Stronger Baselines for Retrieval-Augmented Generation with Long-Context Language Models
Alex Laitenberger, Christopher D. Manning, Nelson F. Liu
TL;DR
This work interrogates whether complex multi-stage retrieval-augmented generation (RAG) pipelines remain advantageous when long-context language models can process tens of thousands of tokens. It conducts a controlled comparison across token budgets on three long-context QA benchmarks using two stateful pipelines (ReadAgent, RAPTOR) and several baselines including DOS RAG, revealing that DOS RAG often matches or surpasses the complex methods.
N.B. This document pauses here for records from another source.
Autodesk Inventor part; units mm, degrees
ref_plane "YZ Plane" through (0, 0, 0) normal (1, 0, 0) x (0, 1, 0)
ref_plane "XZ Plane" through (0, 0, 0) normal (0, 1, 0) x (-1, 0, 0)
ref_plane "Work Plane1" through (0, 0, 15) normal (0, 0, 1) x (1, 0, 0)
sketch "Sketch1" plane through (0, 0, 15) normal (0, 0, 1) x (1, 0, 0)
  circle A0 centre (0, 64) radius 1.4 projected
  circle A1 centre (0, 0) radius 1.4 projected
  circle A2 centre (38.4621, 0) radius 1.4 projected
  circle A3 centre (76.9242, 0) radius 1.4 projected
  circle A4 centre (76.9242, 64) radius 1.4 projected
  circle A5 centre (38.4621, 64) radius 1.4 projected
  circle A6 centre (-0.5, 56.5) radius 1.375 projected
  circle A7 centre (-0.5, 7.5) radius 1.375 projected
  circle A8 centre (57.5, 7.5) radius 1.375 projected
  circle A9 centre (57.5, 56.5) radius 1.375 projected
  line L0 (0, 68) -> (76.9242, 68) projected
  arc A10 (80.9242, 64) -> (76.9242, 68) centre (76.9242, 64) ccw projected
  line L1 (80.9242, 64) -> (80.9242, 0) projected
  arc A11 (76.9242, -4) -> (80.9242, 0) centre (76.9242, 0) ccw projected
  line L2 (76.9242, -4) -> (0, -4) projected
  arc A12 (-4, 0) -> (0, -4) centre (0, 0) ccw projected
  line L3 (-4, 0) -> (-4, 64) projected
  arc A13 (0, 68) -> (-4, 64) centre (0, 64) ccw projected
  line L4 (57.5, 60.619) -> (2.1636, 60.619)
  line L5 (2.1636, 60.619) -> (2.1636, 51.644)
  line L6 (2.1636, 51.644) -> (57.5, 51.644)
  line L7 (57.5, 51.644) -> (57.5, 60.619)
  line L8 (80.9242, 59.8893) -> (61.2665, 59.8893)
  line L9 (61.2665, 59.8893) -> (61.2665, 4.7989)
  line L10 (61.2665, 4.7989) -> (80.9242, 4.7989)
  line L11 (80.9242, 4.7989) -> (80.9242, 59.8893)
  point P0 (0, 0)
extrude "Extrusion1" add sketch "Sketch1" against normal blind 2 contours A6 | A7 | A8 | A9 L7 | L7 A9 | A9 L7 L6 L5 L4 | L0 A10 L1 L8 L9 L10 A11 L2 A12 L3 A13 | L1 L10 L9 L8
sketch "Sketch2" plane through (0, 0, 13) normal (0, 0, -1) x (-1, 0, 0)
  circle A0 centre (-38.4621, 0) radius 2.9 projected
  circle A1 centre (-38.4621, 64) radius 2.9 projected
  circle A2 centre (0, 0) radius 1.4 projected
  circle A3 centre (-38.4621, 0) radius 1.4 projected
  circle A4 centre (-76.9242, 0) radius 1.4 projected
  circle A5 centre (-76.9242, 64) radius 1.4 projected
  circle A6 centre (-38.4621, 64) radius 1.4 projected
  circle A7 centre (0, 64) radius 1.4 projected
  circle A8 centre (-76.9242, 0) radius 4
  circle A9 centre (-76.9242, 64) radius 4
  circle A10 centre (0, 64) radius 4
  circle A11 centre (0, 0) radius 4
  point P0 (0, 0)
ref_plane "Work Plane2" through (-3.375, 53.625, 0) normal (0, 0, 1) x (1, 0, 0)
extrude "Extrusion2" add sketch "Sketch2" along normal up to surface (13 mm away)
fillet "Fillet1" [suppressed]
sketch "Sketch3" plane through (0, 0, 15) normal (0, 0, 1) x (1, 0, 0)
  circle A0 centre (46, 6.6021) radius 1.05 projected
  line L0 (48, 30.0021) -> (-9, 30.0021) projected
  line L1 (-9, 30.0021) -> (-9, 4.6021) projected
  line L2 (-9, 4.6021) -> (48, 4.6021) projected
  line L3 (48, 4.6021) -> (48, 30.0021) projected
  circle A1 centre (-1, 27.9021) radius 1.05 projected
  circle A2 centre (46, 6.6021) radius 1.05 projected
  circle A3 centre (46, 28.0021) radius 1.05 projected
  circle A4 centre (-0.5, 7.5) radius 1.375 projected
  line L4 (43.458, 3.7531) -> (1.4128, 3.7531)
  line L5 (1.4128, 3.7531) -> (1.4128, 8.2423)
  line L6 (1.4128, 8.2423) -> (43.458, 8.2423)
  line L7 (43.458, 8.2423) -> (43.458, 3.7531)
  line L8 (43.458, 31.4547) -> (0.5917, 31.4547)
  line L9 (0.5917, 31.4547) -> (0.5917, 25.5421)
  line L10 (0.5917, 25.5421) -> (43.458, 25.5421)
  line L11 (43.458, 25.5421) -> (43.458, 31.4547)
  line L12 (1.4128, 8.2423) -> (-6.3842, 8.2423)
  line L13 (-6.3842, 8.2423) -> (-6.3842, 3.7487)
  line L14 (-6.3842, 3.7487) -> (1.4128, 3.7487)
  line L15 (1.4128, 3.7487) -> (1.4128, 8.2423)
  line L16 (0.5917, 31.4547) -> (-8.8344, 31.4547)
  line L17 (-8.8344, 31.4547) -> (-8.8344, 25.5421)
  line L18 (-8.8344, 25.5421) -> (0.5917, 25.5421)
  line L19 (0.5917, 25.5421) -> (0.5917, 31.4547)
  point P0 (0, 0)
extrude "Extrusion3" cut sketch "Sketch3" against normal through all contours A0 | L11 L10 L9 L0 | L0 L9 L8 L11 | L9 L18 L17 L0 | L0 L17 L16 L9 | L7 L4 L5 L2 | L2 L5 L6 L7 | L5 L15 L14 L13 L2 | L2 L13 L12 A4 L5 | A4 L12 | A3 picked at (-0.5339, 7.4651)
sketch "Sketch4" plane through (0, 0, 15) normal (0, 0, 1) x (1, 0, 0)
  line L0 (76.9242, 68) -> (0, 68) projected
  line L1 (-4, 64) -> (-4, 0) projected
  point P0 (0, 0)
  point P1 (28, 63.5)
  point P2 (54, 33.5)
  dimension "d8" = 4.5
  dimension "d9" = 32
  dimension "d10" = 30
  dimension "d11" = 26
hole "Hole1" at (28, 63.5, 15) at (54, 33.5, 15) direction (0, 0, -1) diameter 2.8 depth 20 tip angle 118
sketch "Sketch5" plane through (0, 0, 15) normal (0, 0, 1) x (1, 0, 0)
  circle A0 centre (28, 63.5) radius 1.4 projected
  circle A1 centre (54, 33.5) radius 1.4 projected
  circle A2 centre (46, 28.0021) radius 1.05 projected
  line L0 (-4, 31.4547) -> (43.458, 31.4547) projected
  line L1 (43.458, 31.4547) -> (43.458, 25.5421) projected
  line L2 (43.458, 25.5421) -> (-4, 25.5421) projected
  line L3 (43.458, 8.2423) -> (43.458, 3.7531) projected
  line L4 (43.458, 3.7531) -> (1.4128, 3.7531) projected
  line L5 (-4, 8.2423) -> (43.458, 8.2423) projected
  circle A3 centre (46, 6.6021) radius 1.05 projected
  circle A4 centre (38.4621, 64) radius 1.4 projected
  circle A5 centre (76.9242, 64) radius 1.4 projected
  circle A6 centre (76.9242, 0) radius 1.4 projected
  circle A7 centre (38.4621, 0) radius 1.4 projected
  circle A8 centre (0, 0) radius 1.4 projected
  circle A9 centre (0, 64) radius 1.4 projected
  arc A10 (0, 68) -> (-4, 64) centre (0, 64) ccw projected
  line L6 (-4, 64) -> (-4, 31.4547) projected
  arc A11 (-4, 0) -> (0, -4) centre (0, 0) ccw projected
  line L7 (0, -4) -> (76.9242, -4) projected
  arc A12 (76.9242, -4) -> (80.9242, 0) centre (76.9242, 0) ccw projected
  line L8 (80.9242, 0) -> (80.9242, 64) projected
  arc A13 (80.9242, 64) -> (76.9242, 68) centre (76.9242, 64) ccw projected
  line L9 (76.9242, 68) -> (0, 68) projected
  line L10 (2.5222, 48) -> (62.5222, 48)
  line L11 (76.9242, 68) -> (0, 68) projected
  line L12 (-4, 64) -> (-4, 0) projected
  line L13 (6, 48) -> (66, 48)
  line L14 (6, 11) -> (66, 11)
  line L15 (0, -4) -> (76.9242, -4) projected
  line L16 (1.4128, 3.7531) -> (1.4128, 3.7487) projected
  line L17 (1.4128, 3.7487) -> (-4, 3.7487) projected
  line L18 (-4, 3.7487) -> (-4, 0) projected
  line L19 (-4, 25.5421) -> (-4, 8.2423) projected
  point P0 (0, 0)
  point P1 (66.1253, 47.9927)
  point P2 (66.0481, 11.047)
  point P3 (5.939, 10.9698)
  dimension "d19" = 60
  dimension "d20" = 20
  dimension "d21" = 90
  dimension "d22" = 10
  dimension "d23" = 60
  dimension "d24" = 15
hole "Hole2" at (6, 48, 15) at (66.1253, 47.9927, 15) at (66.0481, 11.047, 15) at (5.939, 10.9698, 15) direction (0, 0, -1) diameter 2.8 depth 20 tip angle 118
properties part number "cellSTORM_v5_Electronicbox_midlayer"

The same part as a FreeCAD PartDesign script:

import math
import FreeCAD as App
import Part
import Sketcher
from FreeCAD import Vector


def add_polygon(sketch, points):
    """Adds a closed chain of lines whose ends are joined by coincident constraints."""
    first, n = sketch.GeometryCount, len(points)
    for a, b in zip(points, points[1:] + points[:1]):
        sketch.addGeometry(Part.LineSegment(App.Vector(*a, 0), App.Vector(*b, 0)), False)
    for i in range(n):
        sketch.addConstraint(Sketcher.Constraint("Coincident", first + i, 2, first + (i + 1) % n, 1))

doc = App.newDocument("Part")
params = doc.addObject("Spreadsheet::Sheet", "Params")
for row, (alias, value) in enumerate([
    ("sketch1_radius", "4 mm"),
    ("sketch1_diameter", "2.8 mm"),
    ("sketch1_height", "64 mm"),
    ("pad1_length", "2 mm"),
    ("sketch2_diameter", "8 mm"),
    ("sketch2_diameter2", "5.8 mm"),
    ("sketch2_diameter3", "2.8 mm"),
    ("pad2_length", "13 mm"),
    ("sketch3_diameter", "2.1 mm"),
    ("sketch4_diameter", "2.8 mm"),
    ("hole_diameter", "2.8 mm"),
    ("hole_depth", "20 mm"),
    ("sketch5_diameter", "2.8 mm"),
    ("hole2_diameter", "2.8 mm"),
    ("hole2_depth", "20 mm"),
], start=1):
    params.set(f"A{row}", alias)
    params.set(f"B{row}", "=" + value)
    params.setAlias(f"B{row}", alias)

body = doc.addObject("PartDesign::Body", "Body")
body.AllowCompound = True

# Sketch on XY plane
sketch1 = body.newObject("Sketcher::SketchObject", "Sketch")
sketch1.AttachmentSupport = (doc.getObject("XY_Plane"), [""])
sketch1.MapMode = "FlatFace"
sketch1.AttachmentOffset = App.Placement(Vector(0, 0, 15), App.Rotation())
sketch1.addGeometry(Part.LineSegment(Vector(76.9242, 68, 0), Vector(0, 68, 0)), False)
sketch1.addGeometry(Part.ArcOfCircle(Part.Circle(Vector(0, 64, 0), Vector(0, 0, 1), 4), math.radians(90), math.radians(180)), False)
sketch1.addGeometry(Part.LineSegment(Vector(-4, 64, 0), Vector(-4, 0, 0)), False)
sketch1.addGeometry(Part.ArcOfCircle(Part.Circle(Vector(0, 0, 0), Vector(0, 0, 1), 4), math.radians(180), math.radians(270)), False)
sketch1.addGeometry(Part.LineSegment(Vector(0, -4, 0), Vector(76.9242, -4, 0)), False)
sketch1.addGeometry(Part.ArcOfCircle(Part.Circle(Vector(76.9242, 0, 0), Vector(0, 0, 1), 4), math.radians(-90), math.radians(0)), False)
sketch1.addGeometry(Part.LineSegment(Vector(80.9242, 0, 0), Vector(80.9242, 64, 0)), False)
sketch1.addGeometry(Part.ArcOfCircle(Part.Circle(Vector(76.9242, 64, 0), Vector(0, 0, 1), 4), math.radians(0), math.radians(90)), False)
sketch1.addGeometry(Part.Circle(Vector(0, 0, 0), Vector(0, 0, 1), 1.4), False)
sketch1.addGeometry(Part.Circle(Vector(38.4621, 0, 0), Vector(0, 0, 1), 1.4), False)
sketch1.addGeometry(Part.Circle(Vector(76.9242, 0, 0), Vector(0, 0, 1), 1.4), False)
sketch1.addGeometry(Part.Circle(Vector(76.9242, 64, 0), Vector(0, 0, 1), 1.4), False)
sketch1.addGeometry(Part.Circle(Vector(0, 64, 0), Vector(0, 0, 1), 1.4), False)
sketch1.addGeometry(Part.Circle(Vector(38.4621, 64, 0), Vector(0, 0, 1), 1.4), False)
sketch1.addConstraint(Sketcher.Constraint("Tangent", 0, 2, 1, 1))
sketch1.addConstraint(Sketcher.Constraint("Tangent", 1, 2, 2, 1))
sketch1.addConstraint(Sketcher.Constraint("Tangent", 2, 2, 3, 1))
sketch1.addConstraint(Sketcher.Constraint("Tangent", 3, 2, 4, 1))
sketch1.addConstraint(Sketcher.Constraint("Tangent", 4, 2, 5, 1))
sketch1.addConstraint(Sketcher.Constraint("Tangent", 5, 2, 6, 1))
sketch1.addConstraint(Sketcher.Constraint("Tangent", 6, 2, 7, 1))
sketch1.addConstraint(Sketcher.Constraint("Tangent", 7, 2, 0, 1))
sketch1.addConstraint(Sketcher.Constraint("Horizontal", 0))
sketch1.addConstraint(Sketcher.Constraint("Vertical", 2))
sketch1.addConstraint(Sketcher.Constraint("Horizontal", 4))
sketch1.addConstraint(Sketcher.Constraint("Vertical", 6))
sketch1.addConstraint(Sketcher.Constraint("Coincident", 3, 3, -1, 1))
sketch1.addConstraint(Sketcher.Constraint("Coincident", 8, 3, -1, 1))
sketch1.addConstraint(Sketcher.Constraint("Coincident", 10, 3, 5, 3))
sketch1.addConstraint(Sketcher.Constraint("Coincident", 11, 3, 7, 3))
sketch1.addConstraint(Sketcher.Constraint("Coincident", 12, 3, 1, 3))
sketch1.addConstraint(Sketcher.Constraint("Equal", 1, 3))
sketch1.addConstraint(Sketcher.Constraint("Equal", 3, 5))
sketch1.addConstraint(Sketcher.Constraint("Equal", 5, 7))
sketch1.addConstraint(Sketcher.Constraint("Equal", 8, 9))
The authors identify four factors underlying DOS RAG’s success: preserving original passages, prioritizing recall within the model’s effective context, maintaining document order, and favoring simplicity over pipeline complexity. They advocate adopting DOS RAG as a simple, strong baseline for future RAG evaluations and emphasize benchmarking under matched token budgets as models advance.
Abstract
With the rise of long-context language models (LMs) capable of processing tens of thousands of tokens in a single context window, do multi-stage retrieval-augmented generation (RAG) pipelines still offer measurable benefits over simpler, single-stage approaches? To assess this question, we conduct a controlled evaluation for QA tasks under systematically scaled token budgets, comparing two recent multi-stage pipelines, ReadAgent and RAPTOR, against three baselines, including DOS RAG (Document's Original Structure RAG), a simple retrieve-then-read method that preserves original passage order. Despite its straightforward design, DOS RAG consistently matches or outperforms more intricate methods on multiple long-context QA benchmarks. We trace this strength to a combination of maintaining source fidelity and document structure, prioritizing recall within effective context windows, and favoring simplicity over added pipeline complexity. We recommend establishing DOS RAG as a simple yet strong baseline for future RAG evaluations, paired with state-of-the-art embedding and language models, and benchmarked under matched token budgets, to ensure that added pipeline complexity is justified by clear performance gains as models continue to improve.